## [Required work]
Reproduce only the top of the records, down to and including the line containing "Line((33, 4), (33, 13))".

## [Given data]
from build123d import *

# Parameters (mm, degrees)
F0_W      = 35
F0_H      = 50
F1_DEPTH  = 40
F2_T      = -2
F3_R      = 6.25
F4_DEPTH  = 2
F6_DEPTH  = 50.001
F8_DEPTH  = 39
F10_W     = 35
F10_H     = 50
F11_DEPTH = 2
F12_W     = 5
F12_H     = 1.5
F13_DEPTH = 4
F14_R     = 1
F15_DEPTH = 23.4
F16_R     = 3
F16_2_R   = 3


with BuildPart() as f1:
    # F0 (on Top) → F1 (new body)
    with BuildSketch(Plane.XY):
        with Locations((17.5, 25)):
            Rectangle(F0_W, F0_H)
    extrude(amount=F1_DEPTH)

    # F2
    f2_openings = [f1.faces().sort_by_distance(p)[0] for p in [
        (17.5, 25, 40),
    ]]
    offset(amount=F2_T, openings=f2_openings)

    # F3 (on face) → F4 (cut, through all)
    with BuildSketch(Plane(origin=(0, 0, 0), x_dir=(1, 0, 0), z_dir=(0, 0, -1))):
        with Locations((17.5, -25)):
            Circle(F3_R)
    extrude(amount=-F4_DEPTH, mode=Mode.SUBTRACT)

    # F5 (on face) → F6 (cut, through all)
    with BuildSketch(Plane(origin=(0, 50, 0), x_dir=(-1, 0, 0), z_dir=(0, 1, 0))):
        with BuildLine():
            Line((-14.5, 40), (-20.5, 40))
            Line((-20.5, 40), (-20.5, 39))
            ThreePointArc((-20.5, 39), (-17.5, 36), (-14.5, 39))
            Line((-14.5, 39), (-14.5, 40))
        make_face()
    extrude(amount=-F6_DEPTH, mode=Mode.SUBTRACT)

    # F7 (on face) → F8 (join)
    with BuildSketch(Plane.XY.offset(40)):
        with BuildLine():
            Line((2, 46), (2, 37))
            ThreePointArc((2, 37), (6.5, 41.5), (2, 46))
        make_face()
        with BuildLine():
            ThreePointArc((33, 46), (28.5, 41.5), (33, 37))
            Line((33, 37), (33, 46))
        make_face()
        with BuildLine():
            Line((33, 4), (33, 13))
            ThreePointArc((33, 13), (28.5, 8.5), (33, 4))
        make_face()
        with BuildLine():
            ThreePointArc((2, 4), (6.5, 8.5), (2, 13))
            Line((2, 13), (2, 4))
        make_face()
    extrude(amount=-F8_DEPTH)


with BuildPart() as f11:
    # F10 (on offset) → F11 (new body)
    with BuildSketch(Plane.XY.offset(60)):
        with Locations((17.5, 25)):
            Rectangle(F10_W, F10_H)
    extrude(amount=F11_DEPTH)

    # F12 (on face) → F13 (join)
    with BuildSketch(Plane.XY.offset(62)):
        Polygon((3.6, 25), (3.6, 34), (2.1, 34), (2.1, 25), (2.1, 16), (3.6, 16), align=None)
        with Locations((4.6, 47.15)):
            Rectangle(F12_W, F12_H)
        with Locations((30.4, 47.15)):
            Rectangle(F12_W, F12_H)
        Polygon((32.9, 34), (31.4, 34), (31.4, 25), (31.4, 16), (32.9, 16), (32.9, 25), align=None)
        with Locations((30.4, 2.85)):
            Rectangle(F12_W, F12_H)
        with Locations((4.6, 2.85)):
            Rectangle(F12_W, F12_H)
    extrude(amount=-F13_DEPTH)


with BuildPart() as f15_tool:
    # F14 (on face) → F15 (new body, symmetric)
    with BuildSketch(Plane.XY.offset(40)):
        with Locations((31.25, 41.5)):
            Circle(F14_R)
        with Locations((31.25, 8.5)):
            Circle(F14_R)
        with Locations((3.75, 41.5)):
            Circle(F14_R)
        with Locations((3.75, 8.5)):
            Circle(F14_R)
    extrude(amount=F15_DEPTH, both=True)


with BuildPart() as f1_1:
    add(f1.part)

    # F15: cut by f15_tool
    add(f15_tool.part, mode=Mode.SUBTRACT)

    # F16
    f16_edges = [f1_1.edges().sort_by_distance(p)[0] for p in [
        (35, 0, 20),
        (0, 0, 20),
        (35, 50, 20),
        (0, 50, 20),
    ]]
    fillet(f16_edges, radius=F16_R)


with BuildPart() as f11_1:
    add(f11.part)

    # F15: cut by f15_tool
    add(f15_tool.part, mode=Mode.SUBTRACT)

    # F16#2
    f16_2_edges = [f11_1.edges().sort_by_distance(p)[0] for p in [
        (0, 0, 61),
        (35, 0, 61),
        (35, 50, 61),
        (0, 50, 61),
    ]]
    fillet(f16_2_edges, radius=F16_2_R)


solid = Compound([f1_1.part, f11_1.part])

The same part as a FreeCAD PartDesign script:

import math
import FreeCAD as App
import Part
import Sketcher
from FreeCAD import Vector


def edges_at(feature, points):
    """Names of the edges that pass closest to the given points."""
    edges = feature.Shape.Edges
    near = lambda p: min(range(len(edges)), key=lambda i: edges[i].distToShape(Part.Vertex(*p))[0])
    return sorted({f"Edge{near(p) + 1}" for p in points})


def faces_at(feature, points):
    """Names of the faces that lie closest to the given points."""
    faces = feature.Shape.Faces
    near = lambda p: min(range(len(faces)), key=lambda i: faces[i].distToShape(Part.Vertex(*p))[0])
    return sorted({f"Face{near(p) + 1}" for p in points})


def add_polygon(sketch, points):
    """Adds a closed chain of lines whose ends are joined by coincident constraints."""
    first, n = sketch.GeometryCount, len(points)
    for a, b in zip(points, points[1:] + points[:1]):
        sketch.addGeometry(Part.LineSegment(App.Vector(*a, 0), App.Vector(*b, 0)), False)
    for i in range(n):
        sketch.addConstraint(Sketcher.Constraint("Coincident", first + i, 2, first + (i + 1) % n, 1))

doc = App.newDocument("Part")
params = doc.addObject("Spreadsheet::Sheet", "Params")
for row, (alias, value) in enumerate([
    ("sketch1_width", "35 mm"),
    ("sketch1_height", "50 mm"),
    ("pad1_length", "40 mm"),
    ("thickness_wall", "2 mm"),
    ("sketch2_diameter", "12.5 mm"),
    ("sketch3_radius", "3 mm"),
    ("sketch3_height", "1 mm"),
    ("sketch4_radius", "4.5 mm"),
    ("pad2_length", "39 mm"),
    ("sketch5_width", "35 mm"),
    ("sketch5_height", "50 mm"),
    ("pad3_length", "2 mm"),
    ("sketch6_width", "5 mm"),
    ("sketch6_height", "18 mm"),
    ("sketch6_width2", "1.5 mm"),
    ("pad4_length", "4 mm"),
    ("sketch7_diameter", "2 mm"),
    ("pad5_length", "46.8 mm"),
    ("fillet_radius", "3 mm"),
    ("fillet2_radius", "3 mm"),
], start=1):
    params.set(f"A{row}", alias)
    params.set(f"B{row}", "=" + value)
    params.setAlias(f"B{row}", alias)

## [Worked solution]
from build123d import *

# Parameters (mm, degrees)
F0_W      = 35
F0_H      = 50
F1_DEPTH  = 40
F2_T      = -2
F3_R      = 6.25
F4_DEPTH  = 2
F6_DEPTH  = 50.001
F8_DEPTH  = 39
F10_W     = 35
F10_H     = 50
F11_DEPTH = 2
F12_W     = 5
F12_H     = 1.5
F13_DEPTH = 4
F14_R     = 1
F15_DEPTH = 23.4
F16_R     = 3
F16_2_R   = 3


with BuildPart() as f1:
    # F0 (on Top) → F1 (new body)
    with BuildSketch(Plane.XY):
        with Locations((17.5, 25)):
            Rectangle(F0_W, F0_H)
    extrude(amount=F1_DEPTH)

    # F2
    f2_openings = [f1.faces().sort_by_distance(p)[0] for p in [
        (17.5, 25, 40),
    ]]
    offset(amount=F2_T, openings=f2_openings)

    # F3 (on face) → F4 (cut, through all)
    with BuildSketch(Plane(origin=(0, 0, 0), x_dir=(1, 0, 0), z_dir=(0, 0, -1))):
        with Locations((17.5, -25)):
            Circle(F3_R)
    extrude(amount=-F4_DEPTH, mode=Mode.SUBTRACT)

    # F5 (on face) → F6 (cut, through all)
    with BuildSketch(Plane(origin=(0, 50, 0), x_dir=(-1, 0, 0), z_dir=(0, 1, 0))):
        with BuildLine():
            Line((-14.5, 40), (-20.5, 40))
            Line((-20.5, 40), (-20.5, 39))
            ThreePointArc((-20.5, 39), (-17.5, 36), (-14.5, 39))
            Line((-14.5, 39), (-14.5, 40))
        make_face()
    extrude(amount=-F6_DEPTH, mode=Mode.SUBTRACT)

    # F7 (on face) → F8 (join)
    with BuildSketch(Plane.XY.offset(40)):
        with BuildLine():
            Line((2, 46), (2, 37))
            ThreePointArc((2, 37), (6.5, 41.5), (2, 46))
        make_face()
        with BuildLine():
            ThreePointArc((33, 46), (28.5, 41.5), (33, 37))
            Line((33, 37), (33, 46))
        make_face()
        with BuildLine():
            Line((33, 4), (33, 13))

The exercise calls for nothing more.